[Start of Attachment]
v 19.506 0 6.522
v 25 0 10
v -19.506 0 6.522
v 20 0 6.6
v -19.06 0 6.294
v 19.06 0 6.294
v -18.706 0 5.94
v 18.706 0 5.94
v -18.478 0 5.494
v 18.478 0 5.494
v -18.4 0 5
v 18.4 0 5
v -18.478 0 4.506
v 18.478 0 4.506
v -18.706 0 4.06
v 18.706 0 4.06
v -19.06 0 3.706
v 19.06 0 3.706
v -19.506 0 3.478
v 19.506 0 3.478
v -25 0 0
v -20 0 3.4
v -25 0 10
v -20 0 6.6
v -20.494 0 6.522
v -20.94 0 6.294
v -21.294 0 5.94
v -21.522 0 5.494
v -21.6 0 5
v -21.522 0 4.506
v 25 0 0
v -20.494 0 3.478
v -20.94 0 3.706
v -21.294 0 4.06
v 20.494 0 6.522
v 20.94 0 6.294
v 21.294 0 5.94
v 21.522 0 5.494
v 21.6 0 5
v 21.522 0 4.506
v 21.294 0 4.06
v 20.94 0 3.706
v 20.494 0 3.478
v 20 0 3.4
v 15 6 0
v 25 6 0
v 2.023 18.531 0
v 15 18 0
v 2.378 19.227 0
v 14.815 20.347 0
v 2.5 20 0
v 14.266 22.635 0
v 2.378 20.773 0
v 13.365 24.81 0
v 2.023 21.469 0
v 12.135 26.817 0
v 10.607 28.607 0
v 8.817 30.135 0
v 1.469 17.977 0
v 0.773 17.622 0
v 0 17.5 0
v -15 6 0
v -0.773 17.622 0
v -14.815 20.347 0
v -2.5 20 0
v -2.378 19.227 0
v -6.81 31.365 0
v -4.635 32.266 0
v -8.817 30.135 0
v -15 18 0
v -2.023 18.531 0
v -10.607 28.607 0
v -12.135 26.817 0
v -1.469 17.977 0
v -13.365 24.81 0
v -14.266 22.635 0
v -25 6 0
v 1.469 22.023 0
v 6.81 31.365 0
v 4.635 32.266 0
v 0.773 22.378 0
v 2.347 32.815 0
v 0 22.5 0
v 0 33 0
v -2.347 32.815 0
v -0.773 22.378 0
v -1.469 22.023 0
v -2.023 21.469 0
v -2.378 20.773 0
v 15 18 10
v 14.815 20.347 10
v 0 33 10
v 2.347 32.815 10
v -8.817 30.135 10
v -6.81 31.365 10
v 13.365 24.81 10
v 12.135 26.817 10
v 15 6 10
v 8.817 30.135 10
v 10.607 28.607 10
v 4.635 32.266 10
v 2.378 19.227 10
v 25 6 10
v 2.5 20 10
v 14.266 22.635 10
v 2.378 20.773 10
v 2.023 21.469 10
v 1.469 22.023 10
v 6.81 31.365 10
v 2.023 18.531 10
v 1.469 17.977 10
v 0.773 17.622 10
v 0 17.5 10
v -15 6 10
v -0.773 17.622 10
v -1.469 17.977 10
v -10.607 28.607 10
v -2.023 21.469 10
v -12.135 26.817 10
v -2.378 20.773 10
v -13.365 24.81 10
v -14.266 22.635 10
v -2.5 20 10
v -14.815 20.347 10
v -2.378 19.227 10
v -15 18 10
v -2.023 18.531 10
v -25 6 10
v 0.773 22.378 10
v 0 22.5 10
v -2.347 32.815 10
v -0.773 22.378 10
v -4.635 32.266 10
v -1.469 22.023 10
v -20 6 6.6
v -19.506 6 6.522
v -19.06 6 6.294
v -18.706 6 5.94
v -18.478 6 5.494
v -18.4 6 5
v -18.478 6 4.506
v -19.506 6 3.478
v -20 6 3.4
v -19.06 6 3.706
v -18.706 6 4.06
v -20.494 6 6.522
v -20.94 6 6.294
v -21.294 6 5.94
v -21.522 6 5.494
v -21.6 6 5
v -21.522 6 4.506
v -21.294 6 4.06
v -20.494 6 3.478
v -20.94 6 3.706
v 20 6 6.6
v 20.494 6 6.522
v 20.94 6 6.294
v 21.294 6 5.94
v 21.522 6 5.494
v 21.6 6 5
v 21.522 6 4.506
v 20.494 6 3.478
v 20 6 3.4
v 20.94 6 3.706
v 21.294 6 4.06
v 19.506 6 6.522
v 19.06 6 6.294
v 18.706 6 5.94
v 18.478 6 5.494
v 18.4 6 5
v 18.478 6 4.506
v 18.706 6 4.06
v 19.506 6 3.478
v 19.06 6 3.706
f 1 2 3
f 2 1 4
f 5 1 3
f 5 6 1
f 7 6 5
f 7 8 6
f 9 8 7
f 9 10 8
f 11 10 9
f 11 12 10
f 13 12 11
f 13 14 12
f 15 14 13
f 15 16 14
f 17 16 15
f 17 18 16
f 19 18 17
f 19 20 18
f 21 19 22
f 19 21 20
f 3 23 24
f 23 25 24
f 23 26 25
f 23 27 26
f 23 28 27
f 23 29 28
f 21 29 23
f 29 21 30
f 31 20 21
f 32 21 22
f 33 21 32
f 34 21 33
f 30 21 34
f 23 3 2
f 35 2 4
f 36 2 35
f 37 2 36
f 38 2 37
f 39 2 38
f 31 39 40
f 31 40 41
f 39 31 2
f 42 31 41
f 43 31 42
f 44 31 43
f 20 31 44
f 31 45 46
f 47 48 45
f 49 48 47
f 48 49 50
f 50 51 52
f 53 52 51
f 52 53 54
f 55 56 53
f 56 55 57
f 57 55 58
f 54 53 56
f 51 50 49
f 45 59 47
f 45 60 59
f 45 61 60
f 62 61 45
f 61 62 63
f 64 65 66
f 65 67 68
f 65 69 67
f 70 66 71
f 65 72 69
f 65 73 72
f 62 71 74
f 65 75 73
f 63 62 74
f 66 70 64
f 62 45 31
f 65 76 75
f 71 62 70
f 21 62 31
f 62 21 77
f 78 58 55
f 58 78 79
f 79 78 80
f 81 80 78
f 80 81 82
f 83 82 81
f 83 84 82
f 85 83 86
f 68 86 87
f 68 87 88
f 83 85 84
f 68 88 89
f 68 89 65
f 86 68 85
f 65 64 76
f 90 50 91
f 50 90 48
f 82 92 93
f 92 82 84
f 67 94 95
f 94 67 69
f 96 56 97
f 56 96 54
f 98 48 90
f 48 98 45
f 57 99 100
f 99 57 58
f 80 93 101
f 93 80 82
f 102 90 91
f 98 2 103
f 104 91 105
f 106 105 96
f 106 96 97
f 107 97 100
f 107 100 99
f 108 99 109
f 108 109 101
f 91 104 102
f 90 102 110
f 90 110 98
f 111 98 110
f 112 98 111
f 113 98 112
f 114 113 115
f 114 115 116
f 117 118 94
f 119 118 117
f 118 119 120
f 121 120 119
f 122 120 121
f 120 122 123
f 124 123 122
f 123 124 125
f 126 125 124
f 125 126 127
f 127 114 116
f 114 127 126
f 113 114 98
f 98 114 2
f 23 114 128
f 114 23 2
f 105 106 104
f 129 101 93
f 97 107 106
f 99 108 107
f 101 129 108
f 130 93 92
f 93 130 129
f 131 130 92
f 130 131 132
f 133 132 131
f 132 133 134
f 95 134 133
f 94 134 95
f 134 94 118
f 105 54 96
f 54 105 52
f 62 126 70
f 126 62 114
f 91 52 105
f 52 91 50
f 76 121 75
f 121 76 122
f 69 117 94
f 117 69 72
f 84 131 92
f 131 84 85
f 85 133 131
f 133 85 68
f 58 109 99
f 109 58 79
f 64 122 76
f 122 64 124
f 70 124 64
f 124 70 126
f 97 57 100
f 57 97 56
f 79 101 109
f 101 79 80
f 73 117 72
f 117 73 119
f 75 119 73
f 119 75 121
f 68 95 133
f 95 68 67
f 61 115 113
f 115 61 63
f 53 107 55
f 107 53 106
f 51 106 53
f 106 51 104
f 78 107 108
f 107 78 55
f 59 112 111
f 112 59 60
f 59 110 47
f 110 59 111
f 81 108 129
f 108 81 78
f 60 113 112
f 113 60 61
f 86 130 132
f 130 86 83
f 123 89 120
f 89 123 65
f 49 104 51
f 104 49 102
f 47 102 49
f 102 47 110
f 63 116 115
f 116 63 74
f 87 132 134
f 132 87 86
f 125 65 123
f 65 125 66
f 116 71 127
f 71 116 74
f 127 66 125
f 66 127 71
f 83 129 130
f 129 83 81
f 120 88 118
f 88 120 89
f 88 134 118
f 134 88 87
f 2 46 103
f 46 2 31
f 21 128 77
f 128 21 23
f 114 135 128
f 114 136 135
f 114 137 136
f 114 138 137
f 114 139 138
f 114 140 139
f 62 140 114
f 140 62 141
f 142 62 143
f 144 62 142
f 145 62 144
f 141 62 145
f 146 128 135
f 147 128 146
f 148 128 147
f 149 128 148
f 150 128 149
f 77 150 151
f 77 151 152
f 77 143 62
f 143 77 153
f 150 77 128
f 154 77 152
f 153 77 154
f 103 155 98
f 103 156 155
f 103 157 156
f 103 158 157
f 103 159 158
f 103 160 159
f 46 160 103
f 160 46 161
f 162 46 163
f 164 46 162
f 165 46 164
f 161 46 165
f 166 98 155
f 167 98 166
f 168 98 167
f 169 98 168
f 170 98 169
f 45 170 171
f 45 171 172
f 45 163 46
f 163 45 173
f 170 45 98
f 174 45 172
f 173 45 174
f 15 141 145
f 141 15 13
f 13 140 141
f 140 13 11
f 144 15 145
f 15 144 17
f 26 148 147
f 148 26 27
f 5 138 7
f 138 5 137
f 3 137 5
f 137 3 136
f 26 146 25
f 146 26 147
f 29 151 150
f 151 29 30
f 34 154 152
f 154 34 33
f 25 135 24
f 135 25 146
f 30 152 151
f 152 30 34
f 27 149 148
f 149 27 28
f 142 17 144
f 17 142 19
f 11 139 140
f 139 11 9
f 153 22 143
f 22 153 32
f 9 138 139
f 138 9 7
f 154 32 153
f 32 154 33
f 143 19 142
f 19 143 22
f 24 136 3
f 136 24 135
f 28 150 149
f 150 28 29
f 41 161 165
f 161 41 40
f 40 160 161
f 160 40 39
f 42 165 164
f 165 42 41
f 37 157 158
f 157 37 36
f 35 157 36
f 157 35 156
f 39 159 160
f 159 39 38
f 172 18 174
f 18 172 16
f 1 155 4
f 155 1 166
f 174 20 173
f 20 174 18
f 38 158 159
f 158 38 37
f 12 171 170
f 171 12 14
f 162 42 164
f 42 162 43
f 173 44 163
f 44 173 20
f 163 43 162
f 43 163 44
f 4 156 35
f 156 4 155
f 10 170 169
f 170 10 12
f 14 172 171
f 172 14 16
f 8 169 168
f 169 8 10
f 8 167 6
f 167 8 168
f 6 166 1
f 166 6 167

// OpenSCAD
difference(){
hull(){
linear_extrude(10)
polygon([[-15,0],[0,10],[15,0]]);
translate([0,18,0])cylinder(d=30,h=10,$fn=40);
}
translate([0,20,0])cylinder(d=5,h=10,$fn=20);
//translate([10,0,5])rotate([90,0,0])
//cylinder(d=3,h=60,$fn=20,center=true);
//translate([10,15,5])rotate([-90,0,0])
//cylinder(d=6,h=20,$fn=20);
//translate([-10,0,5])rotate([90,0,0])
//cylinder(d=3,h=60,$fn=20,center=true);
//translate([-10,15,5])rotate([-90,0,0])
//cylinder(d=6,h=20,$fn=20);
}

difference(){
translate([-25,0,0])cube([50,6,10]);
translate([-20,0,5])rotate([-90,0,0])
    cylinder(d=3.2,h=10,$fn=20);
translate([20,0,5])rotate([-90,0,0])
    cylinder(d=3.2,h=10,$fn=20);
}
[End of Attachment]
[Start of Attachment]
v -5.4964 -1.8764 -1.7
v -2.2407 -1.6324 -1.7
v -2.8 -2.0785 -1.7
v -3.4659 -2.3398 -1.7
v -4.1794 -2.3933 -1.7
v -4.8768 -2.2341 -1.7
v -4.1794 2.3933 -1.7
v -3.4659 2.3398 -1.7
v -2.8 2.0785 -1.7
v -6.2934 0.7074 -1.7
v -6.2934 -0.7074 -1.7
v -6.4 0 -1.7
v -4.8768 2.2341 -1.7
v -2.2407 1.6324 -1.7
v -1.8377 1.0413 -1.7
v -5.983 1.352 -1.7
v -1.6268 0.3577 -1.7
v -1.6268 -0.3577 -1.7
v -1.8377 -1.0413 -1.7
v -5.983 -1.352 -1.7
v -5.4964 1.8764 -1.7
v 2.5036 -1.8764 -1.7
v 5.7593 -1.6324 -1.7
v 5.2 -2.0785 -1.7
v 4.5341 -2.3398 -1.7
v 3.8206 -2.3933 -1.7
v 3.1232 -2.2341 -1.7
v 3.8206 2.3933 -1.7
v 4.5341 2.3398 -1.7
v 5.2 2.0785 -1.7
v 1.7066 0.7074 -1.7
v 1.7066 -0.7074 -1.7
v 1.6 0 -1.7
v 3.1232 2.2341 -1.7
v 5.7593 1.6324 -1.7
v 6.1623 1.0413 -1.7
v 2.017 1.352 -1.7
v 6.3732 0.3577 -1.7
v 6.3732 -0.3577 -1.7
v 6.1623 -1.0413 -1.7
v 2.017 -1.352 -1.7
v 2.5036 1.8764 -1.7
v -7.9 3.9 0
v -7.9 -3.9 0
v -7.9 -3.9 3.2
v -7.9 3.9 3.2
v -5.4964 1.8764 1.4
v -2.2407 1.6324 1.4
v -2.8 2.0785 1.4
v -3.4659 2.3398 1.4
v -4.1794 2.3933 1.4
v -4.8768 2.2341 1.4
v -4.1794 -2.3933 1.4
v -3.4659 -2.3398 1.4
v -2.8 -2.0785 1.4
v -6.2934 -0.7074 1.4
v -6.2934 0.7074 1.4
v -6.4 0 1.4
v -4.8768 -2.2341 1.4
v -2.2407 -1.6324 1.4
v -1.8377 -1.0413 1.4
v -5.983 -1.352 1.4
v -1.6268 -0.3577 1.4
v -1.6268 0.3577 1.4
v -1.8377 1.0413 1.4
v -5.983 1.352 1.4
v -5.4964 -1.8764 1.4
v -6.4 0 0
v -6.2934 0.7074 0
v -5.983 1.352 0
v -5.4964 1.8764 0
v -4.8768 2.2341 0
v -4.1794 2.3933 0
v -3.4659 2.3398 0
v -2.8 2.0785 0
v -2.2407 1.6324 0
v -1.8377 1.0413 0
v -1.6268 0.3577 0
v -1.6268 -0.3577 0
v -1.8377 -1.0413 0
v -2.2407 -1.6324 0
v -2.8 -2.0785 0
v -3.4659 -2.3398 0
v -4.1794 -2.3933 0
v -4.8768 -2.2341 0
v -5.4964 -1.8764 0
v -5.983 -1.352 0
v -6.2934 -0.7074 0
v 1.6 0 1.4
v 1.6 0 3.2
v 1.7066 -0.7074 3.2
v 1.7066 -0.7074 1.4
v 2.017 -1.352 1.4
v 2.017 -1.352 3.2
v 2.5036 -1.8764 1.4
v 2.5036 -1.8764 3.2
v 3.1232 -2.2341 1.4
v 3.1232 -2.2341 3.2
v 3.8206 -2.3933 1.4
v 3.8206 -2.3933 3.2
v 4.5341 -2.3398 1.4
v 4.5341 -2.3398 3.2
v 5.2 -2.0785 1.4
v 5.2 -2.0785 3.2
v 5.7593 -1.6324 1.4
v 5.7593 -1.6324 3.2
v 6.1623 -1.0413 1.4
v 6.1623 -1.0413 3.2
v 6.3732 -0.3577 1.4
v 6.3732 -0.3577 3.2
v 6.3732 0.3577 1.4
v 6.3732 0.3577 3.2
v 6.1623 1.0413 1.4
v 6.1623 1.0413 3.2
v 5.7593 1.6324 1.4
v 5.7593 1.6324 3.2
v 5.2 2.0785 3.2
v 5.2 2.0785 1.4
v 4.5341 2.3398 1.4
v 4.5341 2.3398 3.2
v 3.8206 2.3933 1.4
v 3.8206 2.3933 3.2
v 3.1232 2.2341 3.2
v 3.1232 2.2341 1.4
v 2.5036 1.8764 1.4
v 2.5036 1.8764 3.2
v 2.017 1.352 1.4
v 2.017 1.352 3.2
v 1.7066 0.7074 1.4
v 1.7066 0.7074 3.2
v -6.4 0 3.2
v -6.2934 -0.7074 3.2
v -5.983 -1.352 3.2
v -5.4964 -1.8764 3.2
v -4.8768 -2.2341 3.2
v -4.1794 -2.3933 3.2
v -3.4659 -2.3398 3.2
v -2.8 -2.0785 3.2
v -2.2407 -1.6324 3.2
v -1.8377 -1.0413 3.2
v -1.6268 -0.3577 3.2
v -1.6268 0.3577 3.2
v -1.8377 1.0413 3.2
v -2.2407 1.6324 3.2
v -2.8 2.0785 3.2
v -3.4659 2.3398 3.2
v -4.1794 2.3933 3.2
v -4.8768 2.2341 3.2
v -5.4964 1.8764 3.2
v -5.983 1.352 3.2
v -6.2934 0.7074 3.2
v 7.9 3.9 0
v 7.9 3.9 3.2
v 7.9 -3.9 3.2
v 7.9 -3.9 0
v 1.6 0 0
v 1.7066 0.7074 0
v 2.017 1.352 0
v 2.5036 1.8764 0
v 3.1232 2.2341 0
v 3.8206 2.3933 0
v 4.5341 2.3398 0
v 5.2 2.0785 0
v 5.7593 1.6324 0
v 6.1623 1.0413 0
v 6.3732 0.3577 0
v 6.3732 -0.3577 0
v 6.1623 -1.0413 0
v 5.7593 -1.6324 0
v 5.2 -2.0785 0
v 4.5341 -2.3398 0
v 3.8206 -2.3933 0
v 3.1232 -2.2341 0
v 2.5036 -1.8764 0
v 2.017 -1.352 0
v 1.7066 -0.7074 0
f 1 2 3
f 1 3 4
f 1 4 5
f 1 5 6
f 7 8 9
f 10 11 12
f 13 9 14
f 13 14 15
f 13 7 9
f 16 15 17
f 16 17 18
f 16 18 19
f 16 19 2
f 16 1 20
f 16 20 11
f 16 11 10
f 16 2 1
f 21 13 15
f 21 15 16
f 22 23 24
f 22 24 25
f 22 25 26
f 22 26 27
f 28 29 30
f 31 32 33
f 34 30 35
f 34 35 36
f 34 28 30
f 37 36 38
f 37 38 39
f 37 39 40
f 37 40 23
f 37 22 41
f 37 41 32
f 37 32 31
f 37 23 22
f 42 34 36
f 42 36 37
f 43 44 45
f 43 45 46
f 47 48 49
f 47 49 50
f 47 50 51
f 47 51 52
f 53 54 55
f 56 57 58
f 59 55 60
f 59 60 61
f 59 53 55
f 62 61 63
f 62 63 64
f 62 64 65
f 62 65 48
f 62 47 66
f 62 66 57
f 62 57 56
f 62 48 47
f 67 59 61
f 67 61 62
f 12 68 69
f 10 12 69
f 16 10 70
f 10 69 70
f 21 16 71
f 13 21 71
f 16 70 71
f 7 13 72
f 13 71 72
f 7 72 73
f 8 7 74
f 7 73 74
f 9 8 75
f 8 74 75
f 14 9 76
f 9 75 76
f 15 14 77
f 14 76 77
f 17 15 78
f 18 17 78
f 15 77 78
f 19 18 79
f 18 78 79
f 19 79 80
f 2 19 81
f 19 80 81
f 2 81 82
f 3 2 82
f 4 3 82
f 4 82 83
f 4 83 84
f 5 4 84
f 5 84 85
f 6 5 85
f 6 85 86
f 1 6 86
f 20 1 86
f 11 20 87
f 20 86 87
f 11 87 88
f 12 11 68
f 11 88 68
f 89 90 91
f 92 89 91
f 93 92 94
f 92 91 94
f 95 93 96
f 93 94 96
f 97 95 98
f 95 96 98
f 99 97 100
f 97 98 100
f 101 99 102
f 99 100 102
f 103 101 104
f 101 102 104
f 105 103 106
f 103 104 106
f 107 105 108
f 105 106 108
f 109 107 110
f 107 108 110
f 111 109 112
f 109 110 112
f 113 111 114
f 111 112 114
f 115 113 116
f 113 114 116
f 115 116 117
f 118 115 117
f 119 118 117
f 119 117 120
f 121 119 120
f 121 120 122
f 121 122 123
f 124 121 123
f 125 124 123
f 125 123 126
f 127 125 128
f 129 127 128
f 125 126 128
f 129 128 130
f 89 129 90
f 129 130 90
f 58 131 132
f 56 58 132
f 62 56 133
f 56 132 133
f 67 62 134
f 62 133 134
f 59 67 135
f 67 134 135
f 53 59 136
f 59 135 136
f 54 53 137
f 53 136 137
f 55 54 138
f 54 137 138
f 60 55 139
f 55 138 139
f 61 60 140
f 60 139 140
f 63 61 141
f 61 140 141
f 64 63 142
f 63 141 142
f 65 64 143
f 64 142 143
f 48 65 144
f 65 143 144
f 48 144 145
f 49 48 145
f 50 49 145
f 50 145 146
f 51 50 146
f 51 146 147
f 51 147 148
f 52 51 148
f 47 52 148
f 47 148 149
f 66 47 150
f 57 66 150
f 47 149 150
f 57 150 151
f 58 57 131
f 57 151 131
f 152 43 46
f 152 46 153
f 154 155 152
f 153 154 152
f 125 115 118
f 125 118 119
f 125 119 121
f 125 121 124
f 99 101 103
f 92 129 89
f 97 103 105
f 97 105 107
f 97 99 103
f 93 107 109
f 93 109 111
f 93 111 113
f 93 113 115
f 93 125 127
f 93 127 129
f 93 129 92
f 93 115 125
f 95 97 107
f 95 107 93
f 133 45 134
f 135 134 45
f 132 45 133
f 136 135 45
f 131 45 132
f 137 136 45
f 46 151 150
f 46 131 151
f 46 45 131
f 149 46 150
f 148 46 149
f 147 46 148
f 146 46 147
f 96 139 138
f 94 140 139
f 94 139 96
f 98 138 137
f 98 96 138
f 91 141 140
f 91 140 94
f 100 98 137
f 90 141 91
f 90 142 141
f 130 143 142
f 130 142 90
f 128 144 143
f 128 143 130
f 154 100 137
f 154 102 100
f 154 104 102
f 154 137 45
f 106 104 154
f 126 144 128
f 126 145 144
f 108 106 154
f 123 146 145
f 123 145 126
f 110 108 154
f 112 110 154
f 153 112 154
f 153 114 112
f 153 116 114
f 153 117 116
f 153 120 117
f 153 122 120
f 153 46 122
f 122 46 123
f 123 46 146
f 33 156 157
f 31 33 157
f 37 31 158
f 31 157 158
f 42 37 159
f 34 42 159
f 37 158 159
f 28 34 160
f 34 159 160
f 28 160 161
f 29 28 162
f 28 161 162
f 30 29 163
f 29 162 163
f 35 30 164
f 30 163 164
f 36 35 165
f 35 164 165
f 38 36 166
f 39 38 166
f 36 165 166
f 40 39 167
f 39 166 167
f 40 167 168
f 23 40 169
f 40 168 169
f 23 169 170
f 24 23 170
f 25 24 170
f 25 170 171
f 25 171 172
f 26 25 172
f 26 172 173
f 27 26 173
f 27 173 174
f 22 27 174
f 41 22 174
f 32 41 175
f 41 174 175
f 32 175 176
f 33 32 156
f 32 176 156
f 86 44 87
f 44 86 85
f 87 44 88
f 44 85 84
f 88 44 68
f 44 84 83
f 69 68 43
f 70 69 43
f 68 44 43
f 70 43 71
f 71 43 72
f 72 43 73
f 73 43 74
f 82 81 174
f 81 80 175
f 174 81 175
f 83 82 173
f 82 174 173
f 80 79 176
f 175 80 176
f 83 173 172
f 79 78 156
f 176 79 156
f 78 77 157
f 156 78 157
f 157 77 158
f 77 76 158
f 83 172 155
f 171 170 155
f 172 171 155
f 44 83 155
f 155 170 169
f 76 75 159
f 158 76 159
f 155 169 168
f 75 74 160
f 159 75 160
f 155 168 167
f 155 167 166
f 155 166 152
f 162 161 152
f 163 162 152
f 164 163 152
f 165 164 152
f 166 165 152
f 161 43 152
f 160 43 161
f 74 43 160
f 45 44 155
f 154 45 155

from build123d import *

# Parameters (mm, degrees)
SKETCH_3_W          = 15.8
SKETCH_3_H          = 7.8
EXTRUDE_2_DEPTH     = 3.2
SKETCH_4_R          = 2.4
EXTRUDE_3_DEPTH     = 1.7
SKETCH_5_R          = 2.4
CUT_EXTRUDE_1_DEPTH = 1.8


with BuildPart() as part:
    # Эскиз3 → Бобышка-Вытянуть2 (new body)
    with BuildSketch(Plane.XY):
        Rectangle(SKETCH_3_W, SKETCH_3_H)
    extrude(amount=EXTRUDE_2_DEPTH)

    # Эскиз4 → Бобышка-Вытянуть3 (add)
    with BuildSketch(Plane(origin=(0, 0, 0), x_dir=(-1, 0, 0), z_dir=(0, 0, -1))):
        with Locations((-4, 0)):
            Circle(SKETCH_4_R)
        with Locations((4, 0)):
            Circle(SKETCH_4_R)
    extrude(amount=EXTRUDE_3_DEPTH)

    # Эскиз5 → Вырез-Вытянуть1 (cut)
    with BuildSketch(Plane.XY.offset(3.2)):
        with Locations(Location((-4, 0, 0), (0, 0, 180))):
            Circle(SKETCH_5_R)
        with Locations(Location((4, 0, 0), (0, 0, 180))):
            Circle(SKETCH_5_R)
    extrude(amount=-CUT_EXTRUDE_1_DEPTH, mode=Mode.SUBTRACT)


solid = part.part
[End of Attachment]
Could you restate word for word the lines above from the one containing "v -7.9 3.9 3.2" through the one containing "v 7.9 3.9 3.2", both included, and nothing else?

§ WRITTEN ANSWER
v -7.9 3.9 3.2
v -5.4964 1.8764 1.4
v -2.2407 1.6324 1.4
v -2.8 2.0785 1.4
v -3.4659 2.3398 1.4
v -4.1794 2.3933 1.4
v -4.8768 2.2341 1.4
v -4.1794 -2.3933 1.4
v -3.4659 -2.3398 1.4
v -2.8 -2.0785 1.4
v -6.2934 -0.7074 1.4
v -6.2934 0.7074 1.4
v -6.4 0 1.4
v -4.8768 -2.2341 1.4
v -2.2407 -1.6324 1.4
v -1.8377 -1.0413 1.4
v -5.983 -1.352 1.4
v -1.6268 -0.3577 1.4
v -1.6268 0.3577 1.4
v -1.8377 1.0413 1.4
v -5.983 1.352 1.4
v -5.4964 -1.8764 1.4
v -6.4 0 0
v -6.2934 0.7074 0
v -5.983 1.352 0
v -5.4964 1.8764 0
v -4.8768 2.2341 0
v -4.1794 2.3933 0
v -3.4659 2.3398 0
v -2.8 2.0785 0
v -2.2407 1.6324 0
v -1.8377 1.0413 0
v -1.6268 0.3577 0
v -1.6268 -0.3577 0
v -1.8377 -1.0413 0
v -2.2407 -1.6324 0
v -2.8 -2.0785 0
v -3.4659 -2.3398 0
v -4.1794 -2.3933 0
v -4.8768 -2.2341 0
v -5.4964 -1.8764 0
v -5.983 -1.352 0
v -6.2934 -0.7074 0
v 1.6 0 1.4
v 1.6 0 3.2
v 1.7066 -0.7074 3.2
v 1.7066 -0.7074 1.4
v 2.017 -1.352 1.4
v 2.017 -1.352 3.2
v 2.5036 -1.8764 1.4
v 2.5036 -1.8764 3.2
v 3.1232 -2.2341 1.4
v 3.1232 -2.2341 3.2
v 3.8206 -2.3933 1.4
v 3.8206 -2.3933 3.2
v 4.5341 -2.3398 1.4
v 4.5341 -2.3398 3.2
v 5.2 -2.0785 1.4
v 5.2 -2.0785 3.2
v 5.7593 -1.6324 1.4
v 5.7593 -1.6324 3.2
v 6.1623 -1.0413 1.4
v 6.1623 -1.0413 3.2
v 6.3732 -0.3577 1.4
v 6.3732 -0.3577 3.2
v 6.3732 0.3577 1.4
v 6.3732 0.3577 3.2
v 6.1623 1.0413 1.4
v 6.1623 1.0413 3.2
v 5.7593 1.6324 1.4
v 5.7593 1.6324 3.2
v 5.2 2.0785 3.2
v 5.2 2.0785 1.4
v 4.5341 2.3398 1.4
v 4.5341 2.3398 3.2
v 3.8206 2.3933 1.4
v 3.8206 2.3933 3.2
v 3.1232 2.2341 3.2
v 3.1232 2.2341 1.4
v 2.5036 1.8764 1.4
v 2.5036 1.8764 3.2
v 2.017 1.352 1.4
v 2.017 1.352 3.2
v 1.7066 0.7074 1.4
v 1.7066 0.7074 3.2
v -6.4 0 3.2
v -6.2934 -0.7074 3.2
v -5.983 -1.352 3.2
v -5.4964 -1.8764 3.2
v -4.8768 -2.2341 3.2
v -4.1794 -2.3933 3.2
v -3.4659 -2.3398 3.2
v -2.8 -2.0785 3.2
v -2.2407 -1.6324 3.2
v -1.8377 -1.0413 3.2
v -1.6268 -0.3577 3.2
v -1.6268 0.3577 3.2
v -1.8377 1.0413 3.2
v -2.2407 1.6324 3.2
v -2.8 2.0785 3.2
v -3.4659 2.3398 3.2
v -4.1794 2.3933 3.2
v -4.8768 2.2341 3.2
v -5.4964 1.8764 3.2
v -5.983 1.352 3.2
v -6.2934 0.7074 3.2
v 7.9 3.9 0
v 7.9 3.9 3.2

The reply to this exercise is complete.